The callback is invoked on the calling thread of process_frame (and of finish_all_collections) and may fire zero, one, or multiple times within a single call.

Arguments:

callback: A function invoked with the serialized collection data. The data is passed by rvalue reference; ownership is transferred. The user must move into their own container or copy the bytes before the callback returns.

Returns:

Returns SUCCESS when the callback is registered, or NOT_AVAILABLE when VLM video collection is not available.

Example:

auto pvi = plumerai::VideoIntelligence(height, width);
auto collections = std::vector<std::vector<std::uint8_t>>{};
auto error_code =
    pvi.vlm_video_collection().set_collection_ready_callback(
        [&collections](std::vector<std::uint8_t>&& blob) {
          collections.push_back(std::move(blob));
          // ... or store/embed the blob with `VLMVideoEmbedder`
        });
if (error_code != plumerai::ErrorCode::SUCCESS) return;
while (...) {  // video frames loop
  pvi.process_frame(...);  // callback may fire 0+ times per call
}
pvi.vlm_video_collection().finish_all_collections();

finish_all_collections¶

ErrorCode finish_all_collections() const;

At the end of a video sequence, call this to flush collections. Only to be used in conjunction with set_collection_ready_callback.

Returns:

Returns SUCCESS when everything was successful, or NOT_AVAILABLE when VLM video collection is not available.

VLMVideoEmbedder¶

compute_embeddings¶

ErrorCode compute_embeddings(const std::uint8_t* clip_data,
                             size_t clip_data_size,
                             std::vector<std::uint8_t>& clip_embeddings,
                             bool compute_single_unit_only = false) const;

Compute video embeddings on data collected using VLMVideoCollection.

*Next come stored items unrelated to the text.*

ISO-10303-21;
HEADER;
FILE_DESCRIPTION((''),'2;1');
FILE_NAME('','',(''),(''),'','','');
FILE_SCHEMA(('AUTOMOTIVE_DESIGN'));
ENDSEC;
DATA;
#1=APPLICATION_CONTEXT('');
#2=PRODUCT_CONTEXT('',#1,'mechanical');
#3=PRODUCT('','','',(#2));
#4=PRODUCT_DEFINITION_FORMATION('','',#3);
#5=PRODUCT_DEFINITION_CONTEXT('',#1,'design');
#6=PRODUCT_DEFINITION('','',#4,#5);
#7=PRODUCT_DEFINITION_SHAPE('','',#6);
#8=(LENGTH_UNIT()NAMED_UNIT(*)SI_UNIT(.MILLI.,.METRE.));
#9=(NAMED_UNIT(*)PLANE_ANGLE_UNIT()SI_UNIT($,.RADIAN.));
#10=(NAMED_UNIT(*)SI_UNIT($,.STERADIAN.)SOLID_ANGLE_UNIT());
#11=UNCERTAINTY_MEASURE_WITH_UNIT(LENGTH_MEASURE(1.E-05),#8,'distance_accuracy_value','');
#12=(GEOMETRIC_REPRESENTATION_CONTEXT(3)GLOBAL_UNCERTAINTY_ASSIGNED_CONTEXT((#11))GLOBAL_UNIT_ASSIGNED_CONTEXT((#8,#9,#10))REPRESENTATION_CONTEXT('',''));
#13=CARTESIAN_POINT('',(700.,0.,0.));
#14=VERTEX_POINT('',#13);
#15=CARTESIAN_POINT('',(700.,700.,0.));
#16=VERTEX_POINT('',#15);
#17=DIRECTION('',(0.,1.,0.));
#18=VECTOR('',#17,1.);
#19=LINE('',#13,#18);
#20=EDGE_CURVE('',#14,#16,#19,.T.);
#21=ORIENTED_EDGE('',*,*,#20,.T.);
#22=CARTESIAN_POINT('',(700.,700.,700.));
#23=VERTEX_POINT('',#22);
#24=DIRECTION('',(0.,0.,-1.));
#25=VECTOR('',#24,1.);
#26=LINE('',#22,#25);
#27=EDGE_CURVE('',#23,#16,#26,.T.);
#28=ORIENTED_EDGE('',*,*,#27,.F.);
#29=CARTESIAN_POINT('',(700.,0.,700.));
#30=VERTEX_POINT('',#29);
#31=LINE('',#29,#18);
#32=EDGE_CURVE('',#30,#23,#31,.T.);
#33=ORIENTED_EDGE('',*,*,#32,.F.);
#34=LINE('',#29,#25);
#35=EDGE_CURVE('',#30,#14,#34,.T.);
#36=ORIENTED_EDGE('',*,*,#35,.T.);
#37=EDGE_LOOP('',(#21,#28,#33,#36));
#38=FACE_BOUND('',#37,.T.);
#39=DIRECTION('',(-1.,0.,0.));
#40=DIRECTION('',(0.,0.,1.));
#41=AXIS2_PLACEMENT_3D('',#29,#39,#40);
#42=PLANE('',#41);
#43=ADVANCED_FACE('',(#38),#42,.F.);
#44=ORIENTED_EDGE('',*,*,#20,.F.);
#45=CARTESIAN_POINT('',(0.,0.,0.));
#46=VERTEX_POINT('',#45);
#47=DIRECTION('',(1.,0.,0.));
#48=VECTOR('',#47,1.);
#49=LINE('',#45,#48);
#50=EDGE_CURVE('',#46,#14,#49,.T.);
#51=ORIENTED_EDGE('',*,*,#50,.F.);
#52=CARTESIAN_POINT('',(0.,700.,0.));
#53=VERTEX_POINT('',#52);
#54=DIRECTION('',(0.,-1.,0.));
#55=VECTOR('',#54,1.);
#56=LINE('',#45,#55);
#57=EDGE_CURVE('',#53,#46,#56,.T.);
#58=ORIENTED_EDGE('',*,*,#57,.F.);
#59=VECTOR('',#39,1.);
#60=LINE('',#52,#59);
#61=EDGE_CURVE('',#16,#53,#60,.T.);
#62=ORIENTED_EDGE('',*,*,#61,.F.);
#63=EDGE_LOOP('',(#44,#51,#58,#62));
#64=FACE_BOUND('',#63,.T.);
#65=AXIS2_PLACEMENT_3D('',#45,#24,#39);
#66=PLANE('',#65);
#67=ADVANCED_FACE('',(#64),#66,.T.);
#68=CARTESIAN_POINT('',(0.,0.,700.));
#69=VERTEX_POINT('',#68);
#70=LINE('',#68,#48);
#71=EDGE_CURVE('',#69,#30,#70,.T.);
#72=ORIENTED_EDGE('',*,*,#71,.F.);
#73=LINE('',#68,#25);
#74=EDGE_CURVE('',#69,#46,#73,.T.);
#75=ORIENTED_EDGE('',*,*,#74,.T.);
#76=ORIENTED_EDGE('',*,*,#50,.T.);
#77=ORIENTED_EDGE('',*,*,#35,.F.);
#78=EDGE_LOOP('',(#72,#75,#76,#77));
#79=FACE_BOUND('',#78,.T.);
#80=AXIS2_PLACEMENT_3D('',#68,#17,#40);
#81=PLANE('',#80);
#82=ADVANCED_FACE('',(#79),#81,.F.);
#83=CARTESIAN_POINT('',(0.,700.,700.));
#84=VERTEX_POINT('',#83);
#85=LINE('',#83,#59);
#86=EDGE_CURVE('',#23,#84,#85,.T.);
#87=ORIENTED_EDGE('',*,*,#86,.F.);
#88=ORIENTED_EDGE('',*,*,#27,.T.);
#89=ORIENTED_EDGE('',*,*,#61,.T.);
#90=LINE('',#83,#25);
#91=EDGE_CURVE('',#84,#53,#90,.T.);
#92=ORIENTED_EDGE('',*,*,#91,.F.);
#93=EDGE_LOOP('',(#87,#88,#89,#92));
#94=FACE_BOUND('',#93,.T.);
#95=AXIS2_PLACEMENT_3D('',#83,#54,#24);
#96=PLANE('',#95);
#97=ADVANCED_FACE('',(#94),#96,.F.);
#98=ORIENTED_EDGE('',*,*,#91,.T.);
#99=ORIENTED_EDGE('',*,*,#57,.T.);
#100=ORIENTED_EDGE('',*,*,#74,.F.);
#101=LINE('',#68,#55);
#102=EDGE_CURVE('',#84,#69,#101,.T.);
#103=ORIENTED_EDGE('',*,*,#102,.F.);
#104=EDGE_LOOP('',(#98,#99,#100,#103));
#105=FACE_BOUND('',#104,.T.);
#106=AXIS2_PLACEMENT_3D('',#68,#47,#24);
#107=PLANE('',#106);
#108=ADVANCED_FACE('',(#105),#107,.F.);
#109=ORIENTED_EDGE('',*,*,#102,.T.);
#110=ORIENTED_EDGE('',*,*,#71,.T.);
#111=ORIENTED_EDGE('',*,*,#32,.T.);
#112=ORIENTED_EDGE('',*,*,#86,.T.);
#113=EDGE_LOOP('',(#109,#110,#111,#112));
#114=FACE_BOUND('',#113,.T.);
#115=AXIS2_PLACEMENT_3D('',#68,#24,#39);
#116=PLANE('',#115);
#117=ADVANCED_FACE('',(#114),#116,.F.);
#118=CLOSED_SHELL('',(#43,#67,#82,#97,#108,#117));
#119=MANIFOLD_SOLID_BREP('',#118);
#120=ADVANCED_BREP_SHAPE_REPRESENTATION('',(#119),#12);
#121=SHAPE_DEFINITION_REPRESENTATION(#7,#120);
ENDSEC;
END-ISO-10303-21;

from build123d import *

# Parameters (mm, degrees)
SKETCH_1_W      = 700
SKETCH_1_H      = 700
EXTRUDE_1_DEPTH = 700


with BuildPart() as part:
    # ｽｹｯﾁ1 → ﾎﾞｽ - 押し出し1 (new body)
    with BuildSketch(Plane.XY):
        with Locations((350, 350)):
            Rectangle(SKETCH_1_W, SKETCH_1_H)
    extrude(amount=EXTRUDE_1_DEPTH)


solid = part.part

Depending on the size of the collected data, this can be compute-heavy. The user can optionally set compute_single_unit_only to compute only a single part of the video embeddings. When compute_single_unit_only is set, this needs to be called in a loop with the same arguments. The error code return value will inform the user whether all units were computed, and whether the results are valid.

Arguments:

clip_data: A pointer to the data collected using VLMVideoCollection::start_clip and VLMVideoCollection::end_clip.
clip_data_size: The size of the data collected using VLMVideoCollection::start_clip and VLMVideoCollection::end_clip.
clip_embeddings: The resulting embeddings. These are only valid when the function returns SUCCESS.
compute_single_unit_only: Can be set to do a partial computation of the embeddings. If set, this needs to be called in a loop, see above.

Returns:

Returns SUCCESS when all embeddings have been computed, EMBEDDING_PART_COMPUTED when a single unit was successfully computed (but not everything), CLIP_NOT_YET_STARTED when an empty clip is provided, or INVALID_CLIP_DATA when the clip data is invalid.

Example:

auto clip_data = ...;  // from `VLMVideoCollection::end_clip`.
auto pvllme = plumerai::VLMVideoEmbedder();
auto clip_embeddings = std::vector<std::uint8_t>(0);
error_code = pvllme.compute_embeddings(clip_data.data(),
                                       clip_data.size(),
                                       clip_embeddings);
if (error_code != plumerai::ErrorCode::SUCCESS) return;
// `clip_embeddings` can be stored for e.g. video search.